00:29:38.320 Tagging must also reverse when retrieving these values. Conversely, if we affirm that an instance variable will always be an integer through our shape, we can eschew the entire tagging process.
00:29:58.560 Whenever the variable transitions into a different type, we can adapt the shape to reflect this change, similar to adding a new instance variable.
00:30:14.400 For instance, if we have a routine in an object characterized by two instance variables always being small integers, the generated machine code will read values without requiring the additional effort of untagging.
00:30:32.320 The assumption made is that these readings are untagged values, allowing for straightforward mathematical operations initiated from both registers.
00:30:47.680 The code then achieves the efficiency akin to that typically expected from compiled languages, resembling operations output by a C compiler rather than those from a Ruby compiler.
00:31:14.080 Considering further optimization avenues, flattening references such as class and frozen state properties in the shape can yield notable advantages, including storage space reduction.
00:31:31.600 Establishing this representation allows collapsing three separate checks—the class checks, frozen status checks, and instance variable write checks—into a single shape check.
00:31:51.920 Currently, the JRuby implementation incorporates checks for frozen status when writing instance variables. However, as we observed, this overhead gets eliminated through shape integration.
00:32:08.600 This outcome illustrates the capability of achieving language feature advantages without the performance costs typically associated with them.
00:32:26.560 Looking at the differences in how JRuby folds class information into the shape, the concern is that conflating class and instance variable checks may introduce unnecessary complexity.
00:32:42.880 Additionally, JRuby can mark objects shared between threads within the shape and activate related synchronization locks, expanding potential applications for shape structures.
00:32:57.840 The optimization efforts for Ruby execution models currently target the introduction of just-in-time compiled machine code through MJIT and YJIT, representing a notable shift.
00:33:15.200 However, these strategies neglect optimization at the object structure level.

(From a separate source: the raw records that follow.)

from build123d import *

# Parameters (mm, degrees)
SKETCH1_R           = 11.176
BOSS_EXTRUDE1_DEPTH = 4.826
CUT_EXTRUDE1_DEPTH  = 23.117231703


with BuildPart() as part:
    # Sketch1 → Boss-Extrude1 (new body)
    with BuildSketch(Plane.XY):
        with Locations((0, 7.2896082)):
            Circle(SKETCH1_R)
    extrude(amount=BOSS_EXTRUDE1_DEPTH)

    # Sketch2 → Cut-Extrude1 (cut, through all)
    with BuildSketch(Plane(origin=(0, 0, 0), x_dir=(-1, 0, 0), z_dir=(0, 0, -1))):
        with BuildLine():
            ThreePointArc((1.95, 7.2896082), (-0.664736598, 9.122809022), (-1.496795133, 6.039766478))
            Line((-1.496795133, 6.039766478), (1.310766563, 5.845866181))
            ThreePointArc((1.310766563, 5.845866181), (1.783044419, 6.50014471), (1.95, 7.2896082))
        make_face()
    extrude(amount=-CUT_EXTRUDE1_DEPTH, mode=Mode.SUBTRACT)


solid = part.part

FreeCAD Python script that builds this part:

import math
import FreeCAD as App
import Part
import Sketcher
Q = App.Units.Quantity

doc = App.newDocument("Part")
params = doc.addObject("Spreadsheet::Sheet", "Params")
for row, (alias, value) in enumerate([
    ("sketch1_diameter", "0.88 in"),
    ("pad1_length", "0.19 in"),
], start=1):
    params.set(f"A{row}", alias)
    params.set(f"B{row}", "=" + value)
    params.setAlias(f"B{row}", alias)

body = doc.addObject("PartDesign::Body", "Body")

# Sketch on XY plane
sketch1 = body.newObject("Sketcher::SketchObject", "Sketch")
sketch1.AttachmentSupport = (doc.getObject("XY_Plane"), [""])
sketch1.MapMode = "FlatFace"
sketch1.addGeometry(Part.Circle(App.Vector(0, 7, 0), App.Vector(0, 0, 1), 11), False)
sketch1.addConstraint(Sketcher.Constraint("PointOnObject", 0, 3, -2))
sketch1.addConstraint(Sketcher.Constraint("Diameter", 0, Q("0.88 in")))
sketch1.addConstraint(Sketcher.Constraint("DistanceY", -1, 1, 0, 3, Q("7.289608 mm")))
sketch1.setExpression("Constraints[1]", "Params.sketch1_diameter")
pad1 = body.newObject("PartDesign::Pad", "Pad")
pad1.Profile = sketch1
pad1.setExpression("Length", "Params.pad1_length")

# Sketch on XY plane
sketch2 = body.newObject("Sketcher::SketchObject", "Sketch001")
sketch2.AttachmentSupport = (doc.getObject("XY_Plane"), [""])
sketch2.MapMode = "FlatFace"
sketch2.addGeometry(Part.ArcOfCircle(Part.Circle(App.Vector(0, 7.3, 0), App.Vector(0, 0, 1), 1.9), math.radians(-40), math.radians(180)), False)
sketch2.addGeometry(Part.LineSegment(App.Vector(1.5, 6, 0), App.Vector(-1.3, 5.8, 0)), False)
sketch2.addGeometry(Part.ArcOfCircle(Part.Circle(App.Vector(0, 7.3, 0), App.Vector(0, 0, 1), 1.9), math.radians(180), math.radians(228)), False)
sketch2.addConstraint(Sketcher.Constraint("Coincident", 0, 1, 1, 1))
sketch2.addConstraint(Sketcher.Constraint("Coincident", 1, 2, 2, 2))
sketch2.addConstraint(Sketcher.Constraint("Tangent", 2, 1, 0, 2))
sketch2.addConstraint(Sketcher.Constraint("Equal", 0, 2))
sketch2.addConstraint(Sketcher.Constraint("PointOnObject", 0, 3, -2))
sketch2.addConstraint(Sketcher.Constraint("Horizontal", 0, 3, 2, 1))
sketch2.addConstraint(Sketcher.Constraint("Radius", 0, Q("1.95 mm")))
sketch2.addConstraint(Sketcher.Constraint("DistanceY", 1, 2, 0, 1, Q("0.1939 mm")))
sketch2.addConstraint(Sketcher.Constraint("Distance", 1, Q("2.814249 mm")))
sketch2.addConstraint(Sketcher.Constraint("DistanceY", -1, 1, 0, 3, Q("7.289608 mm")))
pocket1 = body.newObject("PartDesign::Pocket", "Pocket")
pocket1.Profile = sketch2
pocket1.Type = "ThroughAll"
pocket1.Reversed = True

doc.recompute()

I believe the exploration of shapes in Ruby can open new avenues of efficiency.
00:33:30.320 Significant innovations undertaken at Shopify—including concurrent compacting for the garbage collector, variable-width allocation for objects, and new garbage collection methods—represent exciting opportunities.

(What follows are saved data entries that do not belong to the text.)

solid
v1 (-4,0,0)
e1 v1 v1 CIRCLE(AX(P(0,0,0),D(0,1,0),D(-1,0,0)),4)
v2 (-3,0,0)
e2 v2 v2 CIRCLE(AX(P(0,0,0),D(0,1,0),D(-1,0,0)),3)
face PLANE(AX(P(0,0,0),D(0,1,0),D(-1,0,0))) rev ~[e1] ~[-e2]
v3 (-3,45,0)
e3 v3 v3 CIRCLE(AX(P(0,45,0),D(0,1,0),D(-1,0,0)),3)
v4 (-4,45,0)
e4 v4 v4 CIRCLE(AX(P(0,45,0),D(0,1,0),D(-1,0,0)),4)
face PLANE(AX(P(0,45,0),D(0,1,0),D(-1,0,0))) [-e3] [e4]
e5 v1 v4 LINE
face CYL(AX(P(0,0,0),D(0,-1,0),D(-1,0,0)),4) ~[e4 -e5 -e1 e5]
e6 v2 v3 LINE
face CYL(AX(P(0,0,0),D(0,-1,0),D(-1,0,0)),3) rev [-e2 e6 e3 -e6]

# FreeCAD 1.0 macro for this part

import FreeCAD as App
import Part
import Sketcher
from FreeCAD import Vector
Q = App.Units.Quantity

doc = App.newDocument("Part")
params = doc.addObject("Spreadsheet::Sheet", "Params")
for row, (alias, value) in enumerate([
    ("sketch1_diameter", "8 mm"),
    ("sketch1_diameter2", "6 mm"),
    ("pad1_length", "45 mm"),
], start=1):
    params.set(f"A{row}", alias)
    params.set(f"B{row}", "=" + value)
    params.setAlias(f"B{row}", alias)

body = doc.addObject("PartDesign::Body", "Body")

# Sketch on XZ plane
sketch1 = doc.addObject("Sketcher::SketchObject", "Sketch")
body.addObject(sketch1)
sketch1.AttachmentSupport = (doc.XZ_Plane, [""])
sketch1.MapMode = "FlatFace"
sketch1.addGeometry([
    Part.Circle(Vector(0, 0, 0), Vector(0, 0, 1), 4),
    Part.Circle(Vector(0, 0, 0), Vector(0, 0, 1), 3),
], False)
sketch1.addConstraint([
    Sketcher.Constraint("Coincident", 0, 3, -1, 1),
    Sketcher.Constraint("Coincident", 1, 3, -1, 1),
    Sketcher.Constraint("Diameter", 0, Q("8 mm")),
    Sketcher.Constraint("Diameter", 1, Q("6 mm")),
])
sketch1.setExpression("Constraints[2]", "Params.sketch1_diameter")
sketch1.setExpression("Constraints[3]", "Params.sketch1_diameter2")
pad1 = doc.addObject("PartDesign::Pad", "Pad")
body.addObject(pad1)
pad1.Profile = sketch1
pad1.setExpression("Length", "Params.pad1_length")
pad1.Reversed = True

doc.recompute()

00:33:53.440 TruffleRuby demonstrates some impressive optimizations for hashes and arrays, allowing specialization based on their size and contents.

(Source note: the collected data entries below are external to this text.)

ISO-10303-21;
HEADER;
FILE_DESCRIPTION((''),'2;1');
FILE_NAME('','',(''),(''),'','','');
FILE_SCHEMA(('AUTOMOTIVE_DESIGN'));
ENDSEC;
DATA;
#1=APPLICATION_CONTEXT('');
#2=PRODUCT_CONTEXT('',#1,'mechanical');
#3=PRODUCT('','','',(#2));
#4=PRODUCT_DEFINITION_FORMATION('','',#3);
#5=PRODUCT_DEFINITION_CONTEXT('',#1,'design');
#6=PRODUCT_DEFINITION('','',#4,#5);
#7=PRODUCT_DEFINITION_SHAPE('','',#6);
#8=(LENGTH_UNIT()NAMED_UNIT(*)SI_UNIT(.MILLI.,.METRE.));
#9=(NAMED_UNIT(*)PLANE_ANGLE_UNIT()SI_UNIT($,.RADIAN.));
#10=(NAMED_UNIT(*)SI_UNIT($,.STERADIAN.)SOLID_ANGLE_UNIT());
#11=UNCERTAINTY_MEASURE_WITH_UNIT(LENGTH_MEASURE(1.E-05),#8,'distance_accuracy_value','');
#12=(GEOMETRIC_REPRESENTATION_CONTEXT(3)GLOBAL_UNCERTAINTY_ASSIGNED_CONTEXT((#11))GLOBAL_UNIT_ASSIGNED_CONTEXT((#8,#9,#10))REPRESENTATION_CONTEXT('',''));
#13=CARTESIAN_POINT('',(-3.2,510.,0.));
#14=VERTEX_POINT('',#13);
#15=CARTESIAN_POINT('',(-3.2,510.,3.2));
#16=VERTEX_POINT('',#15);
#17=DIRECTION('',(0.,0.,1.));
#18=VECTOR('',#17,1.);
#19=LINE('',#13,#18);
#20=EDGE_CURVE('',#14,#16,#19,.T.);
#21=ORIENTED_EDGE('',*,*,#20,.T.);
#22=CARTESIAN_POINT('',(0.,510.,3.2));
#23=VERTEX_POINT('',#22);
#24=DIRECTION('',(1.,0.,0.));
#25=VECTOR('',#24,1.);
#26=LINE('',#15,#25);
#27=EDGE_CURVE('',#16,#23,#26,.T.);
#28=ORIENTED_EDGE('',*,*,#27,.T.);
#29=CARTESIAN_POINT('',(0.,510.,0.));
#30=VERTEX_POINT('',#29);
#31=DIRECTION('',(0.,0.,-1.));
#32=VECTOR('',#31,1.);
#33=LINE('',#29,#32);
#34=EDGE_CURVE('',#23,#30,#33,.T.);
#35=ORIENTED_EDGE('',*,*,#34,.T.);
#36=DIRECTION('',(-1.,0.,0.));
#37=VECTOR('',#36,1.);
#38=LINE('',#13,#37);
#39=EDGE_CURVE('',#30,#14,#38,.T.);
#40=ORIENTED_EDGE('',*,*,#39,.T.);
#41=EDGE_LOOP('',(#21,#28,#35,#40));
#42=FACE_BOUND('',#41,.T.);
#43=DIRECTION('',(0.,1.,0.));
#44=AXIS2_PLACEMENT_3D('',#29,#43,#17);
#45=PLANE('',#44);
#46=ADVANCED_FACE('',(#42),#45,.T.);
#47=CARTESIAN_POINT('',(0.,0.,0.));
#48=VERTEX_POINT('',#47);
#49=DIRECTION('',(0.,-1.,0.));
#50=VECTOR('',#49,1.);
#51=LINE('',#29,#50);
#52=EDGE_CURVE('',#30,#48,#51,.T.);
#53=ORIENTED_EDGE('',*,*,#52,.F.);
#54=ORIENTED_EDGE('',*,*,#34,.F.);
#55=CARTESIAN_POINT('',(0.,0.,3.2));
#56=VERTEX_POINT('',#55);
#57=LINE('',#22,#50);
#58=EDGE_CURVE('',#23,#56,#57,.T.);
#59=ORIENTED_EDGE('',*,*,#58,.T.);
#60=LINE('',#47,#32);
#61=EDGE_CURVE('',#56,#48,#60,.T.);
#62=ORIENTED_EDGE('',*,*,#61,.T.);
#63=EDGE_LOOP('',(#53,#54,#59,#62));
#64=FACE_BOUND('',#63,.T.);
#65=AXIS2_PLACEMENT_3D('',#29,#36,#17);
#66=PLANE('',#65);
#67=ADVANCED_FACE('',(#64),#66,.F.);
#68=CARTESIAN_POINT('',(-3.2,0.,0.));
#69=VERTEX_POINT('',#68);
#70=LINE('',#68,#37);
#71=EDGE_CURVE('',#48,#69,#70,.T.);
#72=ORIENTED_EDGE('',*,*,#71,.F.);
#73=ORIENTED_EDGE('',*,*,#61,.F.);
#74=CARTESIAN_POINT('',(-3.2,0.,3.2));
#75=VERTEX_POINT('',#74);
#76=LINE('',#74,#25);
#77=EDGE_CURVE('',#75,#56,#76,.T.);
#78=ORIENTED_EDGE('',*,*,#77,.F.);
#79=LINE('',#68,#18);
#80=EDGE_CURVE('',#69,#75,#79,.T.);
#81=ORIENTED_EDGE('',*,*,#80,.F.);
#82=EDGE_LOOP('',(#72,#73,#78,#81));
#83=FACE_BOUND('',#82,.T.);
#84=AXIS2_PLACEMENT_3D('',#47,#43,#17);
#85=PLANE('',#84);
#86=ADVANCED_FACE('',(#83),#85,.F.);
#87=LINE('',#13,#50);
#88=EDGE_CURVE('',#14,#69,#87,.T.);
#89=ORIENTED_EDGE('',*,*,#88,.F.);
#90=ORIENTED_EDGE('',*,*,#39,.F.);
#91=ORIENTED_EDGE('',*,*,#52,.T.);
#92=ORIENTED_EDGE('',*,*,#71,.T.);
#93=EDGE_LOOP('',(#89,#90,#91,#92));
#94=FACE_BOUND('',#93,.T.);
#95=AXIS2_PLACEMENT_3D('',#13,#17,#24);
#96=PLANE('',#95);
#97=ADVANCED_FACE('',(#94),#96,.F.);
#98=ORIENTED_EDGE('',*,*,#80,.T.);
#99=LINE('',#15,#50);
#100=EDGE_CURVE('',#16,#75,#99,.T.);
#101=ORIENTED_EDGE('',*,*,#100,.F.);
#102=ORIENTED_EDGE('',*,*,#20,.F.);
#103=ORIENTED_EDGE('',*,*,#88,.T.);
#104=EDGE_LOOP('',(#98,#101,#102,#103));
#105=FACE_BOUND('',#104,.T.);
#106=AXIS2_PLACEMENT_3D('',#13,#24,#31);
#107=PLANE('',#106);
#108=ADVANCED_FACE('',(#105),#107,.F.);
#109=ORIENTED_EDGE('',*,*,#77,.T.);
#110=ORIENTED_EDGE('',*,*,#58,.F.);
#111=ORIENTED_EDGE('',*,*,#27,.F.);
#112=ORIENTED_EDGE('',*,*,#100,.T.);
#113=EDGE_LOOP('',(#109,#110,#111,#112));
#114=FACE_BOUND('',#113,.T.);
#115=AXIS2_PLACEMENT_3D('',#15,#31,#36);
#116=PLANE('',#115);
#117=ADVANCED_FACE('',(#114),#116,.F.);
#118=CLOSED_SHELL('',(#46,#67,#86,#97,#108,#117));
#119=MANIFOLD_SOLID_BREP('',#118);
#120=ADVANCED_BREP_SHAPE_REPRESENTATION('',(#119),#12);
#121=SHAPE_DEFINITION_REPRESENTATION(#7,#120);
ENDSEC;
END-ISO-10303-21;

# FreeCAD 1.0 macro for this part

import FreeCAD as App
import Part
import Sketcher

V = App.Vector
Q = App.Units.Quantity


def add_polygon(sketch, points):
    """Adds a closed chain of lines whose ends are joined by coincident constraints."""
    first, n = sketch.GeometryCount, len(points)
    for a, b in zip(points, points[1:] + points[:1]):
        sketch.addGeometry(Part.LineSegment(App.Vector(*a, 0), App.Vector(*b, 0)), False)
    for i in range(n):
        sketch.addConstraint(Sketcher.Constraint("Coincident", first + i, 2, first + (i + 1) % n, 1))

doc = App.newDocument("Part")
body = doc.addObject("PartDesign::Body", "Body")

sketch1 = body.newObject("Sketcher::SketchObject", "Sketch")
sketch1.AttachmentSupport = (doc.getObject("XZ_Plane"), [""])
sketch1.MapMode = "FlatFace"
add_polygon(sketch1, [(-3.2, 0), (-3.2, 3.2), (0, 3.2), (0, 0)])
sketch1.addConstraint(Sketcher.Constraint("Vertical", 0))
sketch1.addConstraint(Sketcher.Constraint("Horizontal", 1))
sketch1.addConstraint(Sketcher.Constraint("Vertical", 2))
sketch1.addConstraint(Sketcher.Constraint("Horizontal", 3))
sketch1.addConstraint(Sketcher.Constraint("Coincident", 2, 2, -1, 1))
sketch1.addConstraint(Sketcher.Constraint("Equal", 3, 0))
sketch1.addConstraint(Sketcher.Constraint("DistanceX", 1, 1, 1, 2, Q("3.2 mm")))
pad1 = body.newObject("PartDesign::Pad", "Pad")
pad1.Profile = sketch1
pad1.Length = 510
pad1.Reversed = True

doc.recompute()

00:34:08.560 With the prevalence of objects—especially hashes and arrays—in idiomatic Ruby, the aim should be to enhance the efficiency of their usage.
00:34:28.480 In conclusion, I strongly advocate for implementing object shapes in MRI, as I believe the complexity involved is relatively low and can yield immediate performance benefits in the current MRI interpretation.
00:34:47.840 Implementing this strategy can enhance the performance of existing efforts like MJIT, YJIT, and Sorbet by providing optimizations that significantly leverage the nature of shapes.
00:35:04.880 TruffleRuby illustrates the practicality of the idea, and I am excited about the possibilities of advancing this concept further than we have examined today.
00:35:24.640 The paper I referenced earlier discusses practical implementation details, addressing performance metrics in comparison to other Ruby object methods.
00:35:40.320 I do not believe there are any substantial problems to resolve; it seems more like engineering challenges remain.
00:35:51.920 This is a well-trodden research path that dates back to the early 1980s, showing proven strategies for application in Ruby.
00:36:06.240 I urge us all to keep being aligned with how programming languages like Self have approached similar challenges in balancing developer happiness with performance efficiency.
00:36:28.960 Thank you very much for your time and for listening to my proposal on object shapes in MRI.